# Neues Futterboot



## Bocky (4. Januar 2010)

Hi  

Ich möchte hier mein Winterlangeweileprojekt #6 vorstellen, mein neues (irgendwann) Futterboot.

Ich bräuchte noch ein paar Meinungen und Tipps von euch.

Wer hat einen Schaltplan oder sonst irgend ein Plan wie ich die Steuerung mit den 2 Motoren ohne Ruder hin bekomme.

Ich brauche ein günstiges Echolot (Funk). Welches ????

Wie gefällt euch das Boot ??? Verbesserungsvorschläge ???

Das Gestell ist jetzt fertig. 3 Stunden Arbeit.14 Euro kosten.
4mm Spannplatte mit Heiß Klebepistole verklebt.

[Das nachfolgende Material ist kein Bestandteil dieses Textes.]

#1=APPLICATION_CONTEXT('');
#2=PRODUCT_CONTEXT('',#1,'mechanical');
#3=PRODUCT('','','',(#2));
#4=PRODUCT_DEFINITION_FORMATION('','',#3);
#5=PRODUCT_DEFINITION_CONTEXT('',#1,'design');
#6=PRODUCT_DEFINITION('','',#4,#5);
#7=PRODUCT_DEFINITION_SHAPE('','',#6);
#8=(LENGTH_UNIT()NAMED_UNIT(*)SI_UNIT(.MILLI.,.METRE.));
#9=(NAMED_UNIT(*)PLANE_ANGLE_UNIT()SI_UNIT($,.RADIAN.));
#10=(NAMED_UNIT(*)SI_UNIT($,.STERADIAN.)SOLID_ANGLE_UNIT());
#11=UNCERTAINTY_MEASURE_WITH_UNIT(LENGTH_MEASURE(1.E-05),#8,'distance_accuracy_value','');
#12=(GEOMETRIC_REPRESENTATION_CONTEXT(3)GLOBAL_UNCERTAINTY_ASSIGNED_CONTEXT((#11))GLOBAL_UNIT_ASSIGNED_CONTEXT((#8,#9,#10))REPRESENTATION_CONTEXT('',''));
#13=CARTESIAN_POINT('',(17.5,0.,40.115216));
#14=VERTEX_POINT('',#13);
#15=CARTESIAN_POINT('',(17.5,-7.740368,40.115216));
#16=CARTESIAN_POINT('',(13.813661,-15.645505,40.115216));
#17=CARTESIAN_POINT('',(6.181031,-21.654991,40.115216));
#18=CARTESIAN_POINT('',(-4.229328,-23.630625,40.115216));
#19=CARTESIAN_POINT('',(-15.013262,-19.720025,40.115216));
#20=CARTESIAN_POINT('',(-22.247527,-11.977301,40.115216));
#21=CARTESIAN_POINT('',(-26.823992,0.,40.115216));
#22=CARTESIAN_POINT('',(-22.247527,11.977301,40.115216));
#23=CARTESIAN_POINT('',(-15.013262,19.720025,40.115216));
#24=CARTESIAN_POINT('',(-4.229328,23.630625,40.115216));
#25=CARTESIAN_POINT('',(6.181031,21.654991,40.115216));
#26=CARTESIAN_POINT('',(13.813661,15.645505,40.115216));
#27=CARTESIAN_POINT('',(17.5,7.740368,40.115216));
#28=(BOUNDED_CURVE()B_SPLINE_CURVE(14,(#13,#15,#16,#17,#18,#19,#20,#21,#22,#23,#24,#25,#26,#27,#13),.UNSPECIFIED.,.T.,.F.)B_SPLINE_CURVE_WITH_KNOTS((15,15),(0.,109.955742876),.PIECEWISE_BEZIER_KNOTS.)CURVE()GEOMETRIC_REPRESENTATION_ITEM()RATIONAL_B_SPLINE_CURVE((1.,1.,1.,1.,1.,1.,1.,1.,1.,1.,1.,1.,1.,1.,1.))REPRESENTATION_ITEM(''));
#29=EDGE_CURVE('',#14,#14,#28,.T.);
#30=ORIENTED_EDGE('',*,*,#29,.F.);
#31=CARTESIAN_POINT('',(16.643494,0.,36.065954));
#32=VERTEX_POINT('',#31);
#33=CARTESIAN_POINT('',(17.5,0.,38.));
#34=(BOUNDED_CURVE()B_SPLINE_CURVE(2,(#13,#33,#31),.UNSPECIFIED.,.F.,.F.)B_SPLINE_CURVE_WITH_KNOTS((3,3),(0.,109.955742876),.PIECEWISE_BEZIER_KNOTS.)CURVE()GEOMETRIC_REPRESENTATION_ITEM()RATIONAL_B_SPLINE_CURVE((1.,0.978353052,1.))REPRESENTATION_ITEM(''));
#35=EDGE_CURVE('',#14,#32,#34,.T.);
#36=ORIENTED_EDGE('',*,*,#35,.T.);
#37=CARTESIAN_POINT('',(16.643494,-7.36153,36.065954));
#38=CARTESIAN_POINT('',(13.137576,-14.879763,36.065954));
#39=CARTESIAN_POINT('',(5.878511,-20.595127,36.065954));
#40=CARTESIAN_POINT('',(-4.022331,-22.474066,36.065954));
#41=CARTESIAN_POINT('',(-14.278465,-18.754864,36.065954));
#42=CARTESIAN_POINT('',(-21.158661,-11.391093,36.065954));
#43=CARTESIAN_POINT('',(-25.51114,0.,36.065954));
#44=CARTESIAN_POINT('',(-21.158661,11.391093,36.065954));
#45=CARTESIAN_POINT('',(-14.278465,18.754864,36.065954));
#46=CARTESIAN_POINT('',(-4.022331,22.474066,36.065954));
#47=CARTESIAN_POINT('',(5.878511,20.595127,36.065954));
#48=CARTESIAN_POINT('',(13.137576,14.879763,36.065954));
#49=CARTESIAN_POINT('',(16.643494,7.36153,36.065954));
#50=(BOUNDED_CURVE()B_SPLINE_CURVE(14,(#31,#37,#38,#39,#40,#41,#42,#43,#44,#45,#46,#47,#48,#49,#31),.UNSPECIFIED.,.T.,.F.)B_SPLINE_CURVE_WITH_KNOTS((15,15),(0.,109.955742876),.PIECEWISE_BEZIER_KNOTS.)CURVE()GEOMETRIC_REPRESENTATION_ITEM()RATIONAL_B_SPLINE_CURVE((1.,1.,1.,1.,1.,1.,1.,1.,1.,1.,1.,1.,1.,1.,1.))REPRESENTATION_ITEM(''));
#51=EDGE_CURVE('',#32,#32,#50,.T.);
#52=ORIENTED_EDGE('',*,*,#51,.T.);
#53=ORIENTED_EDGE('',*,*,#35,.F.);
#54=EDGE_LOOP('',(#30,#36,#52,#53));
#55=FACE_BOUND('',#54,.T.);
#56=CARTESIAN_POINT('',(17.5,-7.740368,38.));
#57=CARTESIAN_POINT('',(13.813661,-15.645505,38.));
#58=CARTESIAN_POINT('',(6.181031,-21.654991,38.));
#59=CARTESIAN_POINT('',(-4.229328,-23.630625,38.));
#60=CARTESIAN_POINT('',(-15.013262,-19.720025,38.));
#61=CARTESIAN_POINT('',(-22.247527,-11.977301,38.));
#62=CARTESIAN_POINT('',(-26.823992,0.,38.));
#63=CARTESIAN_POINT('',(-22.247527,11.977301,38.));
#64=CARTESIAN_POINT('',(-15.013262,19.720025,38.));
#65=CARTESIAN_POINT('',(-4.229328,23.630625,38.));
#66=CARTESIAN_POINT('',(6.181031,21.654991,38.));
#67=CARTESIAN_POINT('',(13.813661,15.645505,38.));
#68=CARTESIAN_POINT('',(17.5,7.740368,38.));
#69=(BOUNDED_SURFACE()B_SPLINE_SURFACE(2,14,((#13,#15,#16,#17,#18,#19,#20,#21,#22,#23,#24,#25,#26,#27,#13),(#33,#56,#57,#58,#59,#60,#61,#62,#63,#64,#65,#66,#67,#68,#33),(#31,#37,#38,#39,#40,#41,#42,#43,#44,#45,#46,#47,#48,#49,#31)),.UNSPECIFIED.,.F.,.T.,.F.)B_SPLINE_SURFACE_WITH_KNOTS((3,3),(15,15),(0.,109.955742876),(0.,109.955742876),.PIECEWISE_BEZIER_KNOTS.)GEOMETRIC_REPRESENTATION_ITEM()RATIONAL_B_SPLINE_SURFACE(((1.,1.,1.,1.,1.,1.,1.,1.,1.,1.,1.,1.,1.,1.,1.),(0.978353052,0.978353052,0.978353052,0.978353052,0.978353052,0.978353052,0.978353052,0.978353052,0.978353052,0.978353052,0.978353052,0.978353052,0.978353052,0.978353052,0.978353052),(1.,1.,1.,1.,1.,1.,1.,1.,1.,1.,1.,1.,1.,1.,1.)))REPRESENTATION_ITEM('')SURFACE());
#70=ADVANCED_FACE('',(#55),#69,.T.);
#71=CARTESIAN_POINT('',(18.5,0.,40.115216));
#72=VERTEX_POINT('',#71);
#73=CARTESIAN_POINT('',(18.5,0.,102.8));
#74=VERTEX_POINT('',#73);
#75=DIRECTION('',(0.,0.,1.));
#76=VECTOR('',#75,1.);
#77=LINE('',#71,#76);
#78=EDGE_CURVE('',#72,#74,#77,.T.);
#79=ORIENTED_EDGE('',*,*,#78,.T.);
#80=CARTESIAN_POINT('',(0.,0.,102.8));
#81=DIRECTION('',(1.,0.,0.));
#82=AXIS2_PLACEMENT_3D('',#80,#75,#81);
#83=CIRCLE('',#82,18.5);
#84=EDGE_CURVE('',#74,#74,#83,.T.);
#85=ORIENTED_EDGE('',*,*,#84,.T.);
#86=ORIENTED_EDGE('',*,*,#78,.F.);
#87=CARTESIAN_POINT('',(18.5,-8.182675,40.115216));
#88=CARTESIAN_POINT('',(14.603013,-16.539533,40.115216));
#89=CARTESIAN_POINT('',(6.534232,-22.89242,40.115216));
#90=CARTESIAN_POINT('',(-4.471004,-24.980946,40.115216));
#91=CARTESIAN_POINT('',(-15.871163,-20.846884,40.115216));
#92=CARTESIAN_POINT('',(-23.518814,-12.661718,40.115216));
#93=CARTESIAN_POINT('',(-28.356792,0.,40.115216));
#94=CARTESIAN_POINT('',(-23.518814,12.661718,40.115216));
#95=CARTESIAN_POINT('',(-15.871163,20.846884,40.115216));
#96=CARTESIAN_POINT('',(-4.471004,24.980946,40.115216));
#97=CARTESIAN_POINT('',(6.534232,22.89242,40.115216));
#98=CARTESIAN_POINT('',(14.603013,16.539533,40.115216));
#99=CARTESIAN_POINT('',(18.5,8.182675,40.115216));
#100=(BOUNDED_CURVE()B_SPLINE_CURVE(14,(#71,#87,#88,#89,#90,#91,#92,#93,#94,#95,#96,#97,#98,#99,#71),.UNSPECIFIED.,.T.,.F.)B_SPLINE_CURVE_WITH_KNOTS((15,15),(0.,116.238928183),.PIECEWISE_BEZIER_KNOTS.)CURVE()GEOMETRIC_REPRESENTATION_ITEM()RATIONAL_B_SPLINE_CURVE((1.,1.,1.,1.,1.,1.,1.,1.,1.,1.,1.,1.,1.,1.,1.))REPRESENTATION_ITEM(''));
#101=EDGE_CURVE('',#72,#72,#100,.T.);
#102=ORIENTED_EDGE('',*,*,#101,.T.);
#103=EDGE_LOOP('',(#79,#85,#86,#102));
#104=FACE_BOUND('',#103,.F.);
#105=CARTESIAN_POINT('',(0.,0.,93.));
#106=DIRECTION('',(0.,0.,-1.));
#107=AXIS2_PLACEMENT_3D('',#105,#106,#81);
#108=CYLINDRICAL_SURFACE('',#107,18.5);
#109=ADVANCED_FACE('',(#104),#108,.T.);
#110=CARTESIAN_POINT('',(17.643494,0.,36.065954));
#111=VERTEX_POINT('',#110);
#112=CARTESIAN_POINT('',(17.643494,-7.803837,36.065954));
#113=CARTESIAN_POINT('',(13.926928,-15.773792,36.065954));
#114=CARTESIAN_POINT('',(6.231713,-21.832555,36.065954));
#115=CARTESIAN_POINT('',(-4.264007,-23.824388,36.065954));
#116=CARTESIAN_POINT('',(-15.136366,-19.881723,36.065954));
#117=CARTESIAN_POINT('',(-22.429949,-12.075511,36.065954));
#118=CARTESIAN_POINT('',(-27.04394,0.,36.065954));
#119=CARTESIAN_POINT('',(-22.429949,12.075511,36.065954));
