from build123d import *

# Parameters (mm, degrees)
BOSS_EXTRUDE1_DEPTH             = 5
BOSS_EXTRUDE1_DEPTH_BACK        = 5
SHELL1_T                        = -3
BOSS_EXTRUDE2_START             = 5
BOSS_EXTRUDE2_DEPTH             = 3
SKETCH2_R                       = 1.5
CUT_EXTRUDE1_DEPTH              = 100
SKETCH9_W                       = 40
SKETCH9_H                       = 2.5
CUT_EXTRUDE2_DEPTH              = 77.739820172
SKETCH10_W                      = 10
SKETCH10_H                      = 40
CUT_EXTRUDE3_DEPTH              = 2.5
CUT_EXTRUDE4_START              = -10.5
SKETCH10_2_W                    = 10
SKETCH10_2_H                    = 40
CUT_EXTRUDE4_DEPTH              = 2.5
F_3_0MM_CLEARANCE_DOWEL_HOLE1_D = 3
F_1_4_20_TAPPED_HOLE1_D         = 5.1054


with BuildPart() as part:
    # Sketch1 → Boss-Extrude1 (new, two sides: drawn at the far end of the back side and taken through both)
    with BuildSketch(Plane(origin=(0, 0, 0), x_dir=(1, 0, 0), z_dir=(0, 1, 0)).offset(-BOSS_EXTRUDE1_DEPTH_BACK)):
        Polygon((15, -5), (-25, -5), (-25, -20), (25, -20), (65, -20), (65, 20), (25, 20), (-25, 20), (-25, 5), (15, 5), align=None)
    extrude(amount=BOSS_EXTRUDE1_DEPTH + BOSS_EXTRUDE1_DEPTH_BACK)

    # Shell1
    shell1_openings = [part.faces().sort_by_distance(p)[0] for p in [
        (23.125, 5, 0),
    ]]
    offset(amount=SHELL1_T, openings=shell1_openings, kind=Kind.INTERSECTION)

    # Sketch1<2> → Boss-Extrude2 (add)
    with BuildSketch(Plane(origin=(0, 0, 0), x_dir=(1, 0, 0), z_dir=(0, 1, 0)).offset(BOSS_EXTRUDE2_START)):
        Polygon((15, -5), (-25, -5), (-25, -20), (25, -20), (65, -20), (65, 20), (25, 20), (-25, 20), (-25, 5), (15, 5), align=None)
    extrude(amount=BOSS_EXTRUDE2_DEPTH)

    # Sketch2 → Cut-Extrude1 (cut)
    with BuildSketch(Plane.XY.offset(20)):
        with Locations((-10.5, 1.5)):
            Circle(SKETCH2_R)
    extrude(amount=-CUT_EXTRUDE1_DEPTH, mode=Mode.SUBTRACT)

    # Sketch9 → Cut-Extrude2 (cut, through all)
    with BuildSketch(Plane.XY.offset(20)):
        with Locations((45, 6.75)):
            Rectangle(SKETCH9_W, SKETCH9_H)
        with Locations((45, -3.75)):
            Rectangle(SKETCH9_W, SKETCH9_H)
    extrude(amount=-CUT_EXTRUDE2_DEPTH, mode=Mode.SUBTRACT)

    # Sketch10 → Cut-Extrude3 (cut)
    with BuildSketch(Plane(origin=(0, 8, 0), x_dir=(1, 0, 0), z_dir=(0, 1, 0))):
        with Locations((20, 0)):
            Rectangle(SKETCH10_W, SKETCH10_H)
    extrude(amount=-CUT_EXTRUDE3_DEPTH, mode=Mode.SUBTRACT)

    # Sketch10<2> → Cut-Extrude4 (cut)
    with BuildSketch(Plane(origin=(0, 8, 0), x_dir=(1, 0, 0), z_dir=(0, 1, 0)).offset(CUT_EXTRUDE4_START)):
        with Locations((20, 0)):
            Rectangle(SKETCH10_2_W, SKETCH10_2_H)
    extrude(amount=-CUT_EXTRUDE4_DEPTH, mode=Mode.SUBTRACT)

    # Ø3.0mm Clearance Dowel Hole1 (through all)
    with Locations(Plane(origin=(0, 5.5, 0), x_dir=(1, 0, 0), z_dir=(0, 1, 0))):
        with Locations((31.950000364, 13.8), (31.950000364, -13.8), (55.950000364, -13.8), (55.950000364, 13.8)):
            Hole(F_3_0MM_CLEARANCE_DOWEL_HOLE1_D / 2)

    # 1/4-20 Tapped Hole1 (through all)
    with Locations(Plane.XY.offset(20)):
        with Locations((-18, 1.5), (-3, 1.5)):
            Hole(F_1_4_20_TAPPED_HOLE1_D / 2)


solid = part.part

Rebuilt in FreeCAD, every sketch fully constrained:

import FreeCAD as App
import Part
import Sketcher
from FreeCAD import Vector


def faces_at(feature, points):
    """Names of the faces that lie closest to the given points."""
    faces = feature.Shape.Faces
    near = lambda p: min(range(len(faces)), key=lambda i: faces[i].distToShape(Part.Vertex(*p))[0])
    return sorted({f"Face{near(p) + 1}" for p in points})


def add_polygon(sketch, points):
    """Adds a closed chain of lines whose ends are joined by coincident constraints."""
    first, n = sketch.GeometryCount, len(points)
    for a, b in zip(points, points[1:] + points[:1]):
        sketch.addGeometry(Part.LineSegment(App.Vector(*a, 0), App.Vector(*b, 0)), False)
    for i in range(n):
        sketch.addConstraint(Sketcher.Constraint("Coincident", first + i, 2, first + (i + 1) % n, 1))

doc = App.newDocument("Part")
body = doc.addObject("PartDesign::Body", "Body")

# Sketch on XZ plane
sketch1 = body.newObject("Sketcher::SketchObject", "Sketch")
sketch1.AttachmentSupport = (doc.getObject("XZ_Plane"), [""])
sketch1.MapMode = "FlatFace"
add_polygon(sketch1, [(15, 5), (-25, 5), (-25, 20), (65, 20), (65, -20), (-25, -20), (-25, -5), (15, -5)])  # lines 0-7
sketch1.addConstraint([
    Sketcher.Constraint("Horizontal", 0),
    Sketcher.Constraint("Vertical", 1),
    Sketcher.Constraint("Horizontal", 2),
    Sketcher.Constraint("Vertical", 3),
    Sketcher.Constraint("Horizontal", 4),
    Sketcher.Constraint("Vertical", 5),
    Sketcher.Constraint("Horizontal", 6),
    Sketcher.Constraint("Vertical", 7),
    Sketcher.Constraint("Symmetric", 1, 2, 4, 2, -1),
    Sketcher.Constraint("Equal", 6, 3),
    Sketcher.Constraint("Equal", 1, 5),
    Sketcher.Constraint("DistanceX", 0, 2, 0, 1, 40.0),
    Sketcher.Constraint("DistanceX", 2, 1, 2, 2, 90.0),
    Sketcher.Constraint("DistanceY", 1, 1, 1, 2, 15.0),
    Sketcher.Constraint("DistanceX", 0, 2, -1, 1, 25.0),
])
pad1 = body.newObject("PartDesign::Pad", "Pad")
pad1.Profile = sketch1
pad1.Type = "TwoLengths"
pad1.Length = 5
pad1.Length2 = 5
pad1.Reversed = True
doc.recompute()

thickness = body.newObject("PartDesign::Thickness", "Thickness")
thickness.Base = (pad1, faces_at(pad1, [(20, 5, 0)]))
thickness.Value = 3
thickness.Reversed = True
thickness.Join = "Intersection"

# Sketch on XZ plane
sketch2 = body.newObject("Sketcher::SketchObject", "Sketch001")
sketch2.AttachmentSupport = (doc.getObject("XZ_Plane"), [""])
sketch2.MapMode = "FlatFace"
sketch2.AttachmentOffset = App.Placement(Vector(0, 0, -5), App.Rotation())
add_polygon(sketch2, [(15, 5), (-25, 5), (-25, 20), (65, 20), (65, -20), (-25, -20), (-25, -5), (15, -5)])  # lines 0-7
sketch2.addConstraint([
    Sketcher.Constraint("Horizontal", 0),
    Sketcher.Constraint("Vertical", 1),
    Sketcher.Constraint("Horizontal", 2),
    Sketcher.Constraint("Vertical", 3),
    Sketcher.Constraint("Horizontal", 4),
    Sketcher.Constraint("Vertical", 5),
    Sketcher.Constraint("Horizontal", 6),
    Sketcher.Constraint("Vertical", 7),
    Sketcher.Constraint("Symmetric", 1, 2, 4, 2, -1),
    Sketcher.Constraint("Equal", 6, 3),
    Sketcher.Constraint("Equal", 1, 5),
    Sketcher.Constraint("DistanceX", 0, 2, 0, 1, 40.0),
    Sketcher.Constraint("DistanceX", 2, 1, 2, 2, 90.0),
    Sketcher.Constraint("DistanceY", 1, 1, 1, 2, 15.0),
    Sketcher.Constraint("DistanceX", 0, 2, -1, 1, 25.0),
])
pad2 = body.newObject("PartDesign::Pad", "Pad001")
pad2.Profile = sketch2
pad2.Length = 3
pad2.Reversed = True

# Sketch on XY plane
sketch3 = body.newObject("Sketcher::SketchObject", "Sketch002")
sketch3.AttachmentSupport = (doc.getObject("XY_Plane"), [""])
sketch3.MapMode = "FlatFace"
sketch3.AttachmentOffset = App.Placement(Vector(0, 0, 20), App.Rotation())
sketch3.addGeometry(Part.Circle(Vector(-10.5, 1.5, 0), Vector(0, 0, 1), 1.5), False)
sketch3.addConstraint([
    Sketcher.Constraint("Diameter", 0, 3.0),
    Sketcher.Constraint("DistanceX", 0, 3, -1, 1, 10.5),
    Sketcher.Constraint("DistanceY", -1, 1, 0, 3, 1.5),
])
pocket1 = body.newObject("PartDesign::Pocket", "Pocket")
pocket1.Profile = sketch3
pocket1.Length = 100

# Sketch on XY plane
sketch4 = body.newObject("Sketcher::SketchObject", "Sketch003")
sketch4.AttachmentSupport = (doc.getObject("XY_Plane"), [""])
sketch4.MapMode = "FlatFace"
sketch4.AttachmentOffset = App.Placement(Vector(0, 0, 20), App.Rotation())
add_polygon(sketch4, [(25, 8), (25, 5.5), (65, 5.5), (65, 8)])  # lines 0-3
add_polygon(sketch4, [(25, -2.5), (25, -5), (65, -5), (65, -2.5)])  # lines 4-7
sketch4.addConstraint([
    Sketcher.Constraint("Vertical", 0),
    Sketcher.Constraint("Horizontal", 1),
    Sketcher.Constraint("Vertical", 2),
    Sketcher.Constraint("Horizontal", 3),
    Sketcher.Constraint("Vertical", 4),
    Sketcher.Constraint("Horizontal", 5),
    Sketcher.Constraint("Vertical", 6),
    Sketcher.Constraint("Horizontal", 7),
    Sketcher.Constraint("Vertical", 3, 2, 4, 2),
    Sketcher.Constraint("Vertical", 2, 2, 5, 2),
    Sketcher.Constraint("Equal", 2, 4),
    Sketcher.Constraint("DistanceX", 1, 1, 1, 2, 40.0),
    Sketcher.Constraint("DistanceY", 0, 2, 0, 1, 2.5),
    Sketcher.Constraint("DistanceX", -1, 1, 0, 2, 25.0),
    Sketcher.Constraint("DistanceY", -1, 1, 2, 2, 8.0),
    Sketcher.Constraint("DistanceY", 4, 2, -1, 1, 5.0),
])
pocket2 = body.newObject("PartDesign::Pocket", "Pocket001")
pocket2.Profile = sketch4
pocket2.Type = "ThroughAll"

# Sketch on XZ plane
sketch5 = body.newObject("Sketcher::SketchObject", "Sketch004")
sketch5.AttachmentSupport = (doc.getObject("XZ_Plane"), [""])
sketch5.MapMode = "FlatFace"
sketch5.AttachmentOffset = App.Placement(Vector(0, 0, -8), App.Rotation())
add_polygon(sketch5, [(15, -20), (15, 20), (25, 20), (25, -20)])  # lines 0-3
sketch5.addConstraint([
    Sketcher.Constraint("Vertical", 0),
    Sketcher.Constraint("Horizontal", 1),
    Sketcher.Constraint("Vertical", 2),
    Sketcher.Constraint("Horizontal", 3),
    Sketcher.Constraint("DistanceX", 1, 1, 1, 2, 10.0),
    Sketcher.Constraint("DistanceY", 0, 1, 0, 2, 40.0),
    Sketcher.Constraint("DistanceX", -1, 1, 0, 2, 15.0),
    Sketcher.Constraint("DistanceY", -1, 1, 0, 2, 20.0),
])
pocket3 = body.newObject("PartDesign::Pocket", "Pocket002")
pocket3.Profile = sketch5
pocket3.Length = 2.5
pocket3.Reversed = True

# Sketch on XZ plane
sketch6 = body.newObject("Sketcher::SketchObject", "Sketch005")
sketch6.AttachmentSupport = (doc.getObject("XZ_Plane"), [""])
sketch6.MapMode = "FlatFace"
sketch6.AttachmentOffset = App.Placement(Vector(0, 0, 2.5), App.Rotation())
add_polygon(sketch6, [(15, -20), (15, 20), (25, 20), (25, -20)])  # lines 0-3
sketch6.addConstraint([
    Sketcher.Constraint("Vertical", 0),
    Sketcher.Constraint("Horizontal", 1),
    Sketcher.Constraint("Vertical", 2),
    Sketcher.Constraint("Horizontal", 3),
    Sketcher.Constraint("DistanceX", 1, 1, 1, 2, 10.0),
    Sketcher.Constraint("DistanceY", 0, 1, 0, 2, 40.0),
    Sketcher.Constraint("DistanceX", -1, 1, 0, 2, 15.0),
    Sketcher.Constraint("DistanceY", -1, 1, 0, 2, 20.0),
])
pocket4 = body.newObject("PartDesign::Pocket", "Pocket003")
pocket4.Profile = sketch6
pocket4.Length = 2.5
pocket4.Reversed = True

# Sketch on XZ plane
sketch7 = body.newObject("Sketcher::SketchObject", "Sketch006")
sketch7.AttachmentSupport = (doc.getObject("XZ_Plane"), [""])
sketch7.MapMode = "FlatFace"
sketch7.AttachmentOffset = App.Placement(Vector(0, 0, -5.5), App.Rotation())
sketch7.addGeometry([
    Part.Circle(Vector(31.95, -13.8, 0), Vector(0, 0, 1), 1.5),
    Part.Circle(Vector(31.95, 13.8, 0), Vector(0, 0, 1), 1.5),
    Part.Circle(Vector(55.95, 13.8, 0), Vector(0, 0, 1), 1.5),
    Part.Circle(Vector(55.95, -13.8, 0), Vector(0, 0, 1), 1.5),
], False)
sketch7.addConstraint([
    Sketcher.Constraint("Equal", 0, 1),
    Sketcher.Constraint("Equal", 1, 2),
    Sketcher.Constraint("Equal", 2, 3),
    Sketcher.Constraint("Symmetric", 0, 3, 1, 3, -1),
    Sketcher.Constraint("Symmetric", 2, 3, 3, 3, -1),
    Sketcher.Constraint("Horizontal", 1, 3, 2, 3),
    Sketcher.Constraint("Diameter", 0, 3.0),
    Sketcher.Constraint("DistanceX", 1, 3, 2, 3, 24.0),
    Sketcher.Constraint("DistanceY", 0, 3, -1, 1, 13.8),
    Sketcher.Constraint("DistanceX", -1, 1, 0, 3, 31.95),
])
doc.recompute()
hole = body.newObject("PartDesign::Hole", "Hole")
hole.Profile = sketch7
hole.ThreadType = "None"
hole.Diameter = 3
hole.DepthType = "ThroughAll"
hole.Reversed = True

# Sketch on XY plane
sketch8 = body.newObject("Sketcher::SketchObject", "Sketch007")
sketch8.AttachmentSupport = (doc.getObject("XY_Plane"), [""])
sketch8.MapMode = "FlatFace"
sketch8.AttachmentOffset = App.Placement(Vector(0, 0, 20), App.Rotation())
sketch8.addGeometry([
    Part.Circle(Vector(-18, 1.5, 0), Vector(0, 0, 1), 2.5527),
    Part.Circle(Vector(-3, 1.5, 0), Vector(0, 0, 1), 2.5527),
], False)
sketch8.addConstraint([
    Sketcher.Constraint("Equal", 0, 1),
    Sketcher.Constraint("Horizontal", 0, 3, 1, 3),
    Sketcher.Constraint("DistanceX", 0, 3, -1, 1, 18.0),
    Sketcher.Constraint("DistanceX", 1, 3, -1, 1, 3.0),
    Sketcher.Constraint("Diameter", 0, 5.1054),
    Sketcher.Constraint("DistanceY", -1, 1, 0, 3, 1.5),
])
doc.recompute()
hole2 = body.newObject("PartDesign::Hole", "Hole001")
hole2.Profile = sketch8
hole2.ThreadType = "None"
hole2.Diameter = 5.1054
hole2.DepthType = "ThroughAll"

doc.recompute()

Jetzt wird Gfk beschichtet. 













Bilder folgen

Cu Bocky


----------



## Varvio03 (4. Januar 2010)

*AW: Neues Futterboot*

Hallo,

erstmal sieht dein Rumpf ja schon ganz gut aus.Hab mir letztes Jahr auch ein gebaut, aber die Komplette Verkabelung hat ein Kumpel von mir übernommen, da ich davon keine ahnung hab.
Aber du brauchst um ohne Ruder zu steuern auf jeden Fall 2 Fahrtregler und einen Mischer, oder du kaufst dir eine Fernsteuerung mit integriertem Mischer.
Aber wie gesagt, elektronik ist nicht mein Gebiet.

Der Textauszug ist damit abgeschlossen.